Dein Twincat ist anscheinend die 64bit-Version. Da ist die lokale Runtime nicht enthalten - ergo kannst Du das Programm damit nicht testen.
Die lokale Runtime ist nur in der 32bit-Version enthalten.


----------



## Darkghost (4 Dezember 2016)

Vielen Dank für die Info.
Gut das diese Informationen überall zu lesen ist...

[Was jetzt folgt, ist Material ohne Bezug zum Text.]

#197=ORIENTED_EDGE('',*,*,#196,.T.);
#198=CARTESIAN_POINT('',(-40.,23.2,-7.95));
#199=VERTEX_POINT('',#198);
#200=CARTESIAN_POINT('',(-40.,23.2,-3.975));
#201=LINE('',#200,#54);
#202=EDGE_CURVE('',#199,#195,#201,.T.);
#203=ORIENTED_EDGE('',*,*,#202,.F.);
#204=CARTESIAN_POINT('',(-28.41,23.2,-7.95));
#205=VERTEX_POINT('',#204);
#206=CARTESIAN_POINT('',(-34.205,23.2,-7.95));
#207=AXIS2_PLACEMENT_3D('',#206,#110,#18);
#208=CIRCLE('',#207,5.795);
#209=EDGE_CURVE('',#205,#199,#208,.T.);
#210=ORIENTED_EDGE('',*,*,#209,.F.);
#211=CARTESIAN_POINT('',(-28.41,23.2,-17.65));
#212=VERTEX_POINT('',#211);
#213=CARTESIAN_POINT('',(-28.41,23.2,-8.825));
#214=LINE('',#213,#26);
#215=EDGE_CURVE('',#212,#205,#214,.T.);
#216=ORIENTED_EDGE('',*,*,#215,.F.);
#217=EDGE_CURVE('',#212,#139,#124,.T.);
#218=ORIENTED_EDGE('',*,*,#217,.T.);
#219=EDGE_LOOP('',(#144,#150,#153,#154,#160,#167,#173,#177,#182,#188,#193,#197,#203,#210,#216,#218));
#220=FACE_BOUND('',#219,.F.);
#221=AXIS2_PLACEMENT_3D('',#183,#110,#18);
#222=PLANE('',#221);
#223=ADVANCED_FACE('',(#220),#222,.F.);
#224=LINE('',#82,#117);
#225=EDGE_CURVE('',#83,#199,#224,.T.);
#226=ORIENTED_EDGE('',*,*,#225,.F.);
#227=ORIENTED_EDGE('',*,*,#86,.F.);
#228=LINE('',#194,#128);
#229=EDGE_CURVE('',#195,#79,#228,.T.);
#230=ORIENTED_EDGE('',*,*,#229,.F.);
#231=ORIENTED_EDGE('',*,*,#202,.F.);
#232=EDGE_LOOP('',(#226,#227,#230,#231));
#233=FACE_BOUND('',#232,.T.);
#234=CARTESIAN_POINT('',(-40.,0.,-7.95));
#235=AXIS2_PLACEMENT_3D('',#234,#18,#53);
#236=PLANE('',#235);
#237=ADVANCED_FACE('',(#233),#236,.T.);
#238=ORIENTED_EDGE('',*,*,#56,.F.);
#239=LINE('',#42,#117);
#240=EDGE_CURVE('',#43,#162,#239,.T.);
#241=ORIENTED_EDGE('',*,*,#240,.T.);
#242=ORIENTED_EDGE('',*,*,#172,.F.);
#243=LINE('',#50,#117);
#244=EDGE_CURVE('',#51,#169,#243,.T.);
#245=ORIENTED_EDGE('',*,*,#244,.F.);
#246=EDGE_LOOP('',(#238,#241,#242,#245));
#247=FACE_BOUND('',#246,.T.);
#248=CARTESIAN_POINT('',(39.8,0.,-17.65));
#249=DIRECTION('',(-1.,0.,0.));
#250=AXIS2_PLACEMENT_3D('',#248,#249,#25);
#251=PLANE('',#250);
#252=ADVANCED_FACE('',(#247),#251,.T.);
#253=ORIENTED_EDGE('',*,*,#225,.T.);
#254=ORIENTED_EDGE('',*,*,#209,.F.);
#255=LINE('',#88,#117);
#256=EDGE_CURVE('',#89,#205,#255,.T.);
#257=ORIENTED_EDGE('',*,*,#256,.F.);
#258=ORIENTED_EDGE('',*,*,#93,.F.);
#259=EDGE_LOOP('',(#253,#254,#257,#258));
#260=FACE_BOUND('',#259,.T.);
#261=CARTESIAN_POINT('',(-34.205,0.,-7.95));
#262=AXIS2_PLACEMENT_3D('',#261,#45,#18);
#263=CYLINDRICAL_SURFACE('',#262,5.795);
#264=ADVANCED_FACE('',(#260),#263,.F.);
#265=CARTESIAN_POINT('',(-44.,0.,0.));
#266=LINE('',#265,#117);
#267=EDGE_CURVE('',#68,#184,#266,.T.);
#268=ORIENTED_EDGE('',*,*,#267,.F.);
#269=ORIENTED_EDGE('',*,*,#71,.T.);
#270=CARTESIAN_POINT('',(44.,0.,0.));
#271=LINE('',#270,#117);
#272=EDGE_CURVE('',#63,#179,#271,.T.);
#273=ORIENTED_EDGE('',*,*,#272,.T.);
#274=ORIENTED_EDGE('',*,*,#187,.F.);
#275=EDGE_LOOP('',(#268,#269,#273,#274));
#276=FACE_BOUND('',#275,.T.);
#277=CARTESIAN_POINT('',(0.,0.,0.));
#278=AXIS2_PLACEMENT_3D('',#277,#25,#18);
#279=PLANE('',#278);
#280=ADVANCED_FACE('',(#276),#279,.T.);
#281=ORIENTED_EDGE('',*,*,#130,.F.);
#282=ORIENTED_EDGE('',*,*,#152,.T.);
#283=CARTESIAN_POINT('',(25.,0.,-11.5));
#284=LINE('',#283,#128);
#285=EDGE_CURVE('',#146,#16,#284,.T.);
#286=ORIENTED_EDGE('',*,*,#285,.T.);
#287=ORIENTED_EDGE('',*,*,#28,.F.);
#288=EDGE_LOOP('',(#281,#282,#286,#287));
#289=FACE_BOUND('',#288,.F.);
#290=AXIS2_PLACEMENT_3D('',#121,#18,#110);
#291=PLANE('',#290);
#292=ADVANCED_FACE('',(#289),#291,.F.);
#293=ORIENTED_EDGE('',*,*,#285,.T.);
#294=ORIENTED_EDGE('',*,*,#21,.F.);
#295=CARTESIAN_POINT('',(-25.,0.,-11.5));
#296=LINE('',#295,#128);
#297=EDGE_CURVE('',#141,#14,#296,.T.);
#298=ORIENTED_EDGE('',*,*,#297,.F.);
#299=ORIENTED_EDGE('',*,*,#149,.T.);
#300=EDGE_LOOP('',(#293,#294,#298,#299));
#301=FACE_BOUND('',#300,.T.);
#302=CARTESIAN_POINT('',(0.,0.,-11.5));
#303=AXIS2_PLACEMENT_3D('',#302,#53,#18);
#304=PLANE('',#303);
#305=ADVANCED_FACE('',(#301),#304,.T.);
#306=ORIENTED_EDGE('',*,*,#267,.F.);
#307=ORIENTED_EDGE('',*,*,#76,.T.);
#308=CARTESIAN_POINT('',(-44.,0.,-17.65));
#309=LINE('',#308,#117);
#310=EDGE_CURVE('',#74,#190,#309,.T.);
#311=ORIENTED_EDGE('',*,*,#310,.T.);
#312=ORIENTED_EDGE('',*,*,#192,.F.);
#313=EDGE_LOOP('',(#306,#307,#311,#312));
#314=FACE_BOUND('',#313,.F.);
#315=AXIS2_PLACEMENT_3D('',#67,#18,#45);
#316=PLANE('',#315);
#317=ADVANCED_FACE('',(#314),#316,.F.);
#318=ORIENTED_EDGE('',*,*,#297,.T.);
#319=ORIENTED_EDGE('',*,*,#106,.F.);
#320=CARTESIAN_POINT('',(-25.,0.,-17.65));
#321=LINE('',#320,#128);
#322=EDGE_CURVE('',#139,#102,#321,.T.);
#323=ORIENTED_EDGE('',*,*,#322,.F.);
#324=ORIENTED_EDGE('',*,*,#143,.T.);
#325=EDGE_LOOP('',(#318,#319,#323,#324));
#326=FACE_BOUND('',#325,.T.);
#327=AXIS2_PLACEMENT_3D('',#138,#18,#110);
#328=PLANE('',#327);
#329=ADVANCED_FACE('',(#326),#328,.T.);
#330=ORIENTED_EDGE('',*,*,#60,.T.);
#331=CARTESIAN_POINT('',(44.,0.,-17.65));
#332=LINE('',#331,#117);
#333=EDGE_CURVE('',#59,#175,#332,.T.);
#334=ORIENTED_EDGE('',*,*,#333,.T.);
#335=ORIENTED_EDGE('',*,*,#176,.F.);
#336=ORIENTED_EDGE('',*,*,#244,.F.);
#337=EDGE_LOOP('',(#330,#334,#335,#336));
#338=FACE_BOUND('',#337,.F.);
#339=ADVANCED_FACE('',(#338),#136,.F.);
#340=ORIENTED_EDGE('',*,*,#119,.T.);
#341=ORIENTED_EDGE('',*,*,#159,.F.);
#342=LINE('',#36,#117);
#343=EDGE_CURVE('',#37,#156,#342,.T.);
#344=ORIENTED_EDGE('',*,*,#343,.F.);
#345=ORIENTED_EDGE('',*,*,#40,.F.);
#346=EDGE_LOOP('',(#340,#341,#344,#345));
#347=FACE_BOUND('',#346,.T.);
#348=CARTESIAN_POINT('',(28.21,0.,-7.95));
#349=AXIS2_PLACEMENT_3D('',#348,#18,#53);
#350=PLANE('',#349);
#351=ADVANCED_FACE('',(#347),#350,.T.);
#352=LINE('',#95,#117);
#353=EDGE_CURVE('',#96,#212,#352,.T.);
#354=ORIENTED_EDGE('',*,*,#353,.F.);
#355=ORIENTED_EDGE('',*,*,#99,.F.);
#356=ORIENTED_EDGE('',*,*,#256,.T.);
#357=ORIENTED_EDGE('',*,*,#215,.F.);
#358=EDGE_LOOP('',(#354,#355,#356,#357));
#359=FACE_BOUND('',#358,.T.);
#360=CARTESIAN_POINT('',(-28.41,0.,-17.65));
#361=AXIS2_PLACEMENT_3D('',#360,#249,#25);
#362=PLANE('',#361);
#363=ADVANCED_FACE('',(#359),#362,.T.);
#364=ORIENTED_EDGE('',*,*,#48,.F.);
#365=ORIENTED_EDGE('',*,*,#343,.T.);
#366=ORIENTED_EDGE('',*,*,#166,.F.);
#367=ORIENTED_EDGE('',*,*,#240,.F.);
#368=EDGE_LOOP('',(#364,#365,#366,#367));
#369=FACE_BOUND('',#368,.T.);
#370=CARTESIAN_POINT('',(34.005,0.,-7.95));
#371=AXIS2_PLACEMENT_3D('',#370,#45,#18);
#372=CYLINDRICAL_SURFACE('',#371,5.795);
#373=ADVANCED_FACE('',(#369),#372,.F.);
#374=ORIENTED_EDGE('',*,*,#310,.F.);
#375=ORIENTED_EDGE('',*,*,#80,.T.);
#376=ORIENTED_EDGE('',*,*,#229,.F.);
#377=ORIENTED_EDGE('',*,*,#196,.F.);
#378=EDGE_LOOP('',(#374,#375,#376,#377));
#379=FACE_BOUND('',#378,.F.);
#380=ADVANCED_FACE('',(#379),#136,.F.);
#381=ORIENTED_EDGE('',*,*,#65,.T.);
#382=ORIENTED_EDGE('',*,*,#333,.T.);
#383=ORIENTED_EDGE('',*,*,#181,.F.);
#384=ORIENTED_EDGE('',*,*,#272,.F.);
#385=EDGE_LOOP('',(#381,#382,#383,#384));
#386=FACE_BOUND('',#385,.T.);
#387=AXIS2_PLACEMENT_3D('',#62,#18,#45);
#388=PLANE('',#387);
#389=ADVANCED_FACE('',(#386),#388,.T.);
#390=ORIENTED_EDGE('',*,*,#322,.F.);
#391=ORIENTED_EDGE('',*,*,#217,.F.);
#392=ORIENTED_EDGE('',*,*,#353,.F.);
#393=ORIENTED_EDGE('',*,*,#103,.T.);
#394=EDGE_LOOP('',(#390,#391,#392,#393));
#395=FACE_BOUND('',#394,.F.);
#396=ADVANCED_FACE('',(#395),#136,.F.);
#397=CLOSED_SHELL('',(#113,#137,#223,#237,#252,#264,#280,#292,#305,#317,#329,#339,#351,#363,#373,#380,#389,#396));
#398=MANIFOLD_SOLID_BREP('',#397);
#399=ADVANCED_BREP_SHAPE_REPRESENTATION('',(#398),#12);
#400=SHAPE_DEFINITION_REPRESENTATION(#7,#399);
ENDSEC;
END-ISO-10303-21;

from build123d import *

Hab jetzt auch gelesen, dass ich meine SPS für die Programmierung nehmen muss, wenn die 30 Tage Version abgelaufen ist.


----------



## Darkghost (4 Dezember 2016)

Die 32bit Version kann ich aber nicht auf einem Win7 x64 bit installieren oder?
Ich bekomme bei der Installation ne Fehlermeldung.


----------



## weißnix_ (5 Dezember 2016)

Bleib mal ganz entspannt: Die 30 Tage gelten ebenfalls nur für die Runtime. Code-Entwicklung ist kostenlos, d.h. für diesen Programmteil gibt es keine Zeitbeschränkung. Du musst also nicht auf der SPS entwickeln.
Ob sich die 32 bit Version installieren lässt, hab ich noch nicht versucht, aber wozu gibt es VM's?


----------



## MasterOhh (5 Dezember 2016)

Die 32bit Version läuft nicht auf 64bit Systemen. Am einfachsten ist es, wie schon erwähnt, eine VM mit einem 32bit Windows als Testumgebung zu nutzen. Wenn die TwinCAT 2 Runtime auf der VM läuft, kann sie vom 64bit Host System wie eine normale SPS als Zielsystem angewählt werden (man muss also nicht auf der VM arbeiten). Eine richtige (Netzwerk)Konfiguration der VM vorrausgesetzt.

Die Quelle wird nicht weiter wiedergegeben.